• [Task objective]
After finding the line with "ThreePointArc((6, -4.5), (5.853553391, -4.853553391), (5.5, -5))" in the entries below, retype exactly each line from there through the line with "extrude(amount=EXTRUDE_2_DEPTH)", including that final line.
Available records section start
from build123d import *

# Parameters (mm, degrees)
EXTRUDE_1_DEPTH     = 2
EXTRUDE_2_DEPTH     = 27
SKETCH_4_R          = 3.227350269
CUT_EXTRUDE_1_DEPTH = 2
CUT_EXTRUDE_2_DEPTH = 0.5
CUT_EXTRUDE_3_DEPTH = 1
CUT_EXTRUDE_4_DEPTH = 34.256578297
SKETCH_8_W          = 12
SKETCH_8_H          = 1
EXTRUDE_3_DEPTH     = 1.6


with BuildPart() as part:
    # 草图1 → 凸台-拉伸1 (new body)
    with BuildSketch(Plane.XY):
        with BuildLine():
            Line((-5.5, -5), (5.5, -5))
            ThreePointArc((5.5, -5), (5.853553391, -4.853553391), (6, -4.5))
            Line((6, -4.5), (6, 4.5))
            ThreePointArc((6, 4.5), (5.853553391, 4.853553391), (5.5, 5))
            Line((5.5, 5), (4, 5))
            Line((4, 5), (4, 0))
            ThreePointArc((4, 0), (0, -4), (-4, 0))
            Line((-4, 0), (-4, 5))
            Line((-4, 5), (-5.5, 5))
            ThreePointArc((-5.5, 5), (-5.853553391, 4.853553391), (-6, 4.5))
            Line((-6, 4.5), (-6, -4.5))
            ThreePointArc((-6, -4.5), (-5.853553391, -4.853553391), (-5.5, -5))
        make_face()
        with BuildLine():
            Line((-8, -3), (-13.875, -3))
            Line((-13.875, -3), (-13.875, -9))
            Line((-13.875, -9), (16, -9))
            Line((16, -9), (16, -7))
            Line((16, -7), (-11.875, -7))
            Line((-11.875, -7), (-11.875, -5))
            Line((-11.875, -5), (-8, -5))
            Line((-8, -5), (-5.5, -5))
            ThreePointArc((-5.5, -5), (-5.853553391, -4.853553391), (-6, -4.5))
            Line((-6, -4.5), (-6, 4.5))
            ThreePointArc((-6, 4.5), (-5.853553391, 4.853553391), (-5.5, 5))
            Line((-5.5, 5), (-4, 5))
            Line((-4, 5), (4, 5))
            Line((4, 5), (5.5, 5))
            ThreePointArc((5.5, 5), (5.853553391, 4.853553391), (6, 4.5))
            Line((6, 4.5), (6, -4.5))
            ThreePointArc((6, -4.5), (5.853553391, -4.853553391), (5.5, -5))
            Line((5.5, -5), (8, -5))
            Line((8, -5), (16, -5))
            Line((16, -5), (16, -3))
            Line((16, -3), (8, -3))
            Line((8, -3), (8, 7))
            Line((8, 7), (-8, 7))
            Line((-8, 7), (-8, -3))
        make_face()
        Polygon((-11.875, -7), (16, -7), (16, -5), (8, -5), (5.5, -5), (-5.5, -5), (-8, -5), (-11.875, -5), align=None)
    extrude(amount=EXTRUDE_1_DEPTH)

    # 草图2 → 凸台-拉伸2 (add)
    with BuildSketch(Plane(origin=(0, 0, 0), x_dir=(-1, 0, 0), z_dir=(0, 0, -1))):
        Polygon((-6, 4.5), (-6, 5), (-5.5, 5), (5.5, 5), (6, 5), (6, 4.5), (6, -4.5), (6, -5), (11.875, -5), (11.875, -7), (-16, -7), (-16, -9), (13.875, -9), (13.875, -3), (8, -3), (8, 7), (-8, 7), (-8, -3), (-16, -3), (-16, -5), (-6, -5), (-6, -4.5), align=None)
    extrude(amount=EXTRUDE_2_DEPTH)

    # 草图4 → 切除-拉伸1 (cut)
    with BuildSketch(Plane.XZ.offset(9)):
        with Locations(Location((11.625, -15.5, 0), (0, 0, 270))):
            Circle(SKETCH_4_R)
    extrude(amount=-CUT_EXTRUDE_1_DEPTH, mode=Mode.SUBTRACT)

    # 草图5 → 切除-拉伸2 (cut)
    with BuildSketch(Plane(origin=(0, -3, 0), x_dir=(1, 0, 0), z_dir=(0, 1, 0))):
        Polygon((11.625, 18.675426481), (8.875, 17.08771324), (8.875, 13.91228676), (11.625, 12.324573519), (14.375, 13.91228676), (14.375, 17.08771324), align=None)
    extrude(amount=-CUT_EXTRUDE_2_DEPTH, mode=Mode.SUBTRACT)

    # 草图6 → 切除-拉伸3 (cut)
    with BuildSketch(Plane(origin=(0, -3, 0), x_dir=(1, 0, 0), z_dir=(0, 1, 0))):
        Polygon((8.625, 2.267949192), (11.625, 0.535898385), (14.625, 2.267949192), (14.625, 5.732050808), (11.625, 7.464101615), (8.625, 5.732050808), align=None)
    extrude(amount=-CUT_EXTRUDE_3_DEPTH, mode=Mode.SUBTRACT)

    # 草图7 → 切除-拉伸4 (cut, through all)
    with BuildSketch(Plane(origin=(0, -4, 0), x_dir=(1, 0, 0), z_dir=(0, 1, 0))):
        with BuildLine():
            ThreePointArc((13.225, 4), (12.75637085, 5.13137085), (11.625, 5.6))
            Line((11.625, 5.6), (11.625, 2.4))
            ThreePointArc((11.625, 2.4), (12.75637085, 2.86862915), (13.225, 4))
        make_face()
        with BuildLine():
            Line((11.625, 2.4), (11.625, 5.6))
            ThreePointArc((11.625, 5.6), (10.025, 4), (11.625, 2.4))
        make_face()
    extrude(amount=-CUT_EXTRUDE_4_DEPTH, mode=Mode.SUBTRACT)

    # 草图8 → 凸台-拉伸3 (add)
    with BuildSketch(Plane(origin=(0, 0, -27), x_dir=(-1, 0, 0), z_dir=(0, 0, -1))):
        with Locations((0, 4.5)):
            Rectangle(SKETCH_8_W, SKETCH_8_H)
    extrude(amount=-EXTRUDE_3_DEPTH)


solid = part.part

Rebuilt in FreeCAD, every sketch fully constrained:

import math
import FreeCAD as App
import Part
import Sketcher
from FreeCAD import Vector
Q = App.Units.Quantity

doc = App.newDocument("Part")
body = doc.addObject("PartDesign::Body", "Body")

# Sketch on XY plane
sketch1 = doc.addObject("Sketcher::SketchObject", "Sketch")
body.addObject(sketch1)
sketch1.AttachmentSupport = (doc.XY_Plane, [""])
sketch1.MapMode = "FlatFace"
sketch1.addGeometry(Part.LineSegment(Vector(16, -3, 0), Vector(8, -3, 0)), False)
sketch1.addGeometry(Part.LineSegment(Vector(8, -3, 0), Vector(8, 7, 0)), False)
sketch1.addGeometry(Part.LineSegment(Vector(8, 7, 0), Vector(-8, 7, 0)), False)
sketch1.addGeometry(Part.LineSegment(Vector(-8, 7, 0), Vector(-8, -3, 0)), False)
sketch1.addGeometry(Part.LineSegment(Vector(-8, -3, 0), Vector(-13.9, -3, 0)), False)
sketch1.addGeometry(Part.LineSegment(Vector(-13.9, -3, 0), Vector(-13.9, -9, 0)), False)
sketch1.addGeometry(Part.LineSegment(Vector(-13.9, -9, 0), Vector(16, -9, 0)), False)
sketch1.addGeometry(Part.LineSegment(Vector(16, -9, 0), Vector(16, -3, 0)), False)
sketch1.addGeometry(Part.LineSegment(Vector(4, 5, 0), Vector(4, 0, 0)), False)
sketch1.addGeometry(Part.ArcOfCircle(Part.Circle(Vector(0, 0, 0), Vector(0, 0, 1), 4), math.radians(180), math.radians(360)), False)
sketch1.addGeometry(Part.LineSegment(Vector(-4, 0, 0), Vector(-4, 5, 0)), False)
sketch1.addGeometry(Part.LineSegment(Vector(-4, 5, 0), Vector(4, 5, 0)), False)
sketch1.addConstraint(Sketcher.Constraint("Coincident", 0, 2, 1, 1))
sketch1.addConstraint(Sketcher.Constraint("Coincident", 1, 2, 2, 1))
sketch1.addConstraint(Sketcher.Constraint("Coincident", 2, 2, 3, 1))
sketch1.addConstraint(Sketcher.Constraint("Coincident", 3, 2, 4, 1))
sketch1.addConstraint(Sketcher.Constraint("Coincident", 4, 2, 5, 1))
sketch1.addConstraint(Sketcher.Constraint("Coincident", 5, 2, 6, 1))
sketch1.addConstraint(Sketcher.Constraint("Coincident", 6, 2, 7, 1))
Available records section end
Available records section start
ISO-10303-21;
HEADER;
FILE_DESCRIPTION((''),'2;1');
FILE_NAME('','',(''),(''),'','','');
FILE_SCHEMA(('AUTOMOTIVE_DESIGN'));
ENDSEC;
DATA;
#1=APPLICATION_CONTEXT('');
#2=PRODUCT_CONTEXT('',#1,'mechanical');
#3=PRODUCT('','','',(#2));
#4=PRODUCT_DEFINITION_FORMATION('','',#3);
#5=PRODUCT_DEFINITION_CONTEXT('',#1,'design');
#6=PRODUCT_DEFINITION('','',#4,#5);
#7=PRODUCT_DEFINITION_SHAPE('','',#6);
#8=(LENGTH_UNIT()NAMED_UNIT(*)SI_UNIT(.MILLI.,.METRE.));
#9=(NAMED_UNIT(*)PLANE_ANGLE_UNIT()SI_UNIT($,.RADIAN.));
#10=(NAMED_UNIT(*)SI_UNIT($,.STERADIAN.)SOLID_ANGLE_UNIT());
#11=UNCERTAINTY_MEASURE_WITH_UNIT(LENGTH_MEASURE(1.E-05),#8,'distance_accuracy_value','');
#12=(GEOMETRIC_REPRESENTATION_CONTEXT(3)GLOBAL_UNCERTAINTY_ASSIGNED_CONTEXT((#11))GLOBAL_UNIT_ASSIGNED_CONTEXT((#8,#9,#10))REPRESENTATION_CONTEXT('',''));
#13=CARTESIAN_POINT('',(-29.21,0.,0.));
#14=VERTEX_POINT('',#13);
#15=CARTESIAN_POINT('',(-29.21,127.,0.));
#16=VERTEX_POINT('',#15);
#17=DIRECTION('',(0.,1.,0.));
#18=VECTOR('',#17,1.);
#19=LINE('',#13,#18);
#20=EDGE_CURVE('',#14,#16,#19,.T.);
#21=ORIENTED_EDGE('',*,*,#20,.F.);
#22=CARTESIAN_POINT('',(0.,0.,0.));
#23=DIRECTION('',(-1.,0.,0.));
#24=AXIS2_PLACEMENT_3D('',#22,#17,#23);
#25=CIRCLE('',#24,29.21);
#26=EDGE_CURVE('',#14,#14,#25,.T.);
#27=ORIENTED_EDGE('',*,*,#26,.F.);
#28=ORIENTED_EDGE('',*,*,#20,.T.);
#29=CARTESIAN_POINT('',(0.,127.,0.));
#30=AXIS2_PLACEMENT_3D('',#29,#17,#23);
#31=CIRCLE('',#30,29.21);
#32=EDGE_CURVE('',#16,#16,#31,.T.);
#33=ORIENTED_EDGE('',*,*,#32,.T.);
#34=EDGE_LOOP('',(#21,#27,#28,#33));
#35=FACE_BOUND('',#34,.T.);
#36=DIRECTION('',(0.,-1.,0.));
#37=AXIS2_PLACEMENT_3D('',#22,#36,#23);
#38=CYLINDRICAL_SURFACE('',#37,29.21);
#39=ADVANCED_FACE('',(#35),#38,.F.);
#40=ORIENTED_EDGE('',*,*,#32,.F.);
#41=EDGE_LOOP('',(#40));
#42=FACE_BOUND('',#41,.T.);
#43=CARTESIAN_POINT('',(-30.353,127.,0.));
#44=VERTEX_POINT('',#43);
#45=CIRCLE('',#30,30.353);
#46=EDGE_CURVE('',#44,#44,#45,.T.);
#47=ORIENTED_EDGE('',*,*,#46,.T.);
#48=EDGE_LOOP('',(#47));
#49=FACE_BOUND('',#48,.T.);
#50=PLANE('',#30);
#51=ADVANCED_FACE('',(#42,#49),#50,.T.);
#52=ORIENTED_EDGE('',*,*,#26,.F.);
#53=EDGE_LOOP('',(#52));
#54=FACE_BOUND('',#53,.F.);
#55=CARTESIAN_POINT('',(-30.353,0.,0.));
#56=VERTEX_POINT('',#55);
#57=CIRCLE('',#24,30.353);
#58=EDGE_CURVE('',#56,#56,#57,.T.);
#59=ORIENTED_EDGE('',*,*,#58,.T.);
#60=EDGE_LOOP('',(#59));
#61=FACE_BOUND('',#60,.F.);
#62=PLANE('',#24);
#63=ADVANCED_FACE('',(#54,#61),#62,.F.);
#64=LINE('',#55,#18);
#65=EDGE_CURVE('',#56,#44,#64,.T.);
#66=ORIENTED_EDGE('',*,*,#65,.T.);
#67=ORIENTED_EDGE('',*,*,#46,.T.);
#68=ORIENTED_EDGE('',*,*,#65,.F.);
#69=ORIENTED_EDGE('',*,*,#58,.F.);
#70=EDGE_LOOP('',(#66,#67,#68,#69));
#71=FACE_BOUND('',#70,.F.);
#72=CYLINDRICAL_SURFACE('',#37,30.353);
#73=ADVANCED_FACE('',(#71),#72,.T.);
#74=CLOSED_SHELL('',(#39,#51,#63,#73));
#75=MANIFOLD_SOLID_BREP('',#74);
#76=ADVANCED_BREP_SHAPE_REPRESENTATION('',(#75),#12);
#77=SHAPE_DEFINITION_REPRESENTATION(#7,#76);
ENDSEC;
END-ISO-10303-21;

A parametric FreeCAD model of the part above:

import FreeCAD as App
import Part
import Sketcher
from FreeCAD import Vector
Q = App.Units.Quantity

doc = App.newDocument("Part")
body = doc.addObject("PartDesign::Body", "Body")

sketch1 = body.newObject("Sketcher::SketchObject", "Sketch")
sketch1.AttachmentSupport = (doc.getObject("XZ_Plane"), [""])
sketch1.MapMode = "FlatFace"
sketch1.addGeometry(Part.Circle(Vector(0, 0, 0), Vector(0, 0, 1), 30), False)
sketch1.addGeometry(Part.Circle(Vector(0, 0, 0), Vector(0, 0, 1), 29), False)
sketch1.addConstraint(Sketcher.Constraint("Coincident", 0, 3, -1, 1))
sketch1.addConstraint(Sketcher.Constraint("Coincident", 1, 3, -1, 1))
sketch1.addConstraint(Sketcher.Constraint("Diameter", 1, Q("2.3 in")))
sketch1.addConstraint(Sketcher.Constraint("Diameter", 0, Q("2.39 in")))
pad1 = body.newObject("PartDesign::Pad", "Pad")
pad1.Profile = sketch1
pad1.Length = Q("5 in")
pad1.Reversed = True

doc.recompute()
Available records section end
• [Result for this task]
            ThreePointArc((6, -4.5), (5.853553391, -4.853553391), (5.5, -5))
            Line((5.5, -5), (8, -5))
            Line((8, -5), (16, -5))
            Line((16, -5), (16, -3))
            Line((16, -3), (8, -3))
            Line((8, -3), (8, 7))
            Line((8, 7), (-8, 7))
            Line((-8, 7), (-8, -3))
        make_face()
        Polygon((-11.875, -7), (16, -7), (16, -5), (8, -5), (5.5, -5), (-5.5, -5), (-8, -5), (-11.875, -5), align=None)
    extrude(amount=EXTRUDE_1_DEPTH)

    # 草图2 → 凸台-拉伸2 (add)
    with BuildSketch(Plane(origin=(0, 0, 0), x_dir=(-1, 0, 0), z_dir=(0, 0, -1))):
        Polygon((-6, 4.5), (-6, 5), (-5.5, 5), (5.5, 5), (6, 5), (6, 4.5), (6, -4.5), (6, -5), (11.875, -5), (11.875, -7), (-16, -7), (-16, -9), (13.875, -9), (13.875, -3), (8, -3), (8, 7), (-8, 7), (-8, -3), (-16, -3), (-16, -5), (-6, -5), (-6, -4.5), align=None)
    extrude(amount=EXTRUDE_2_DEPTH)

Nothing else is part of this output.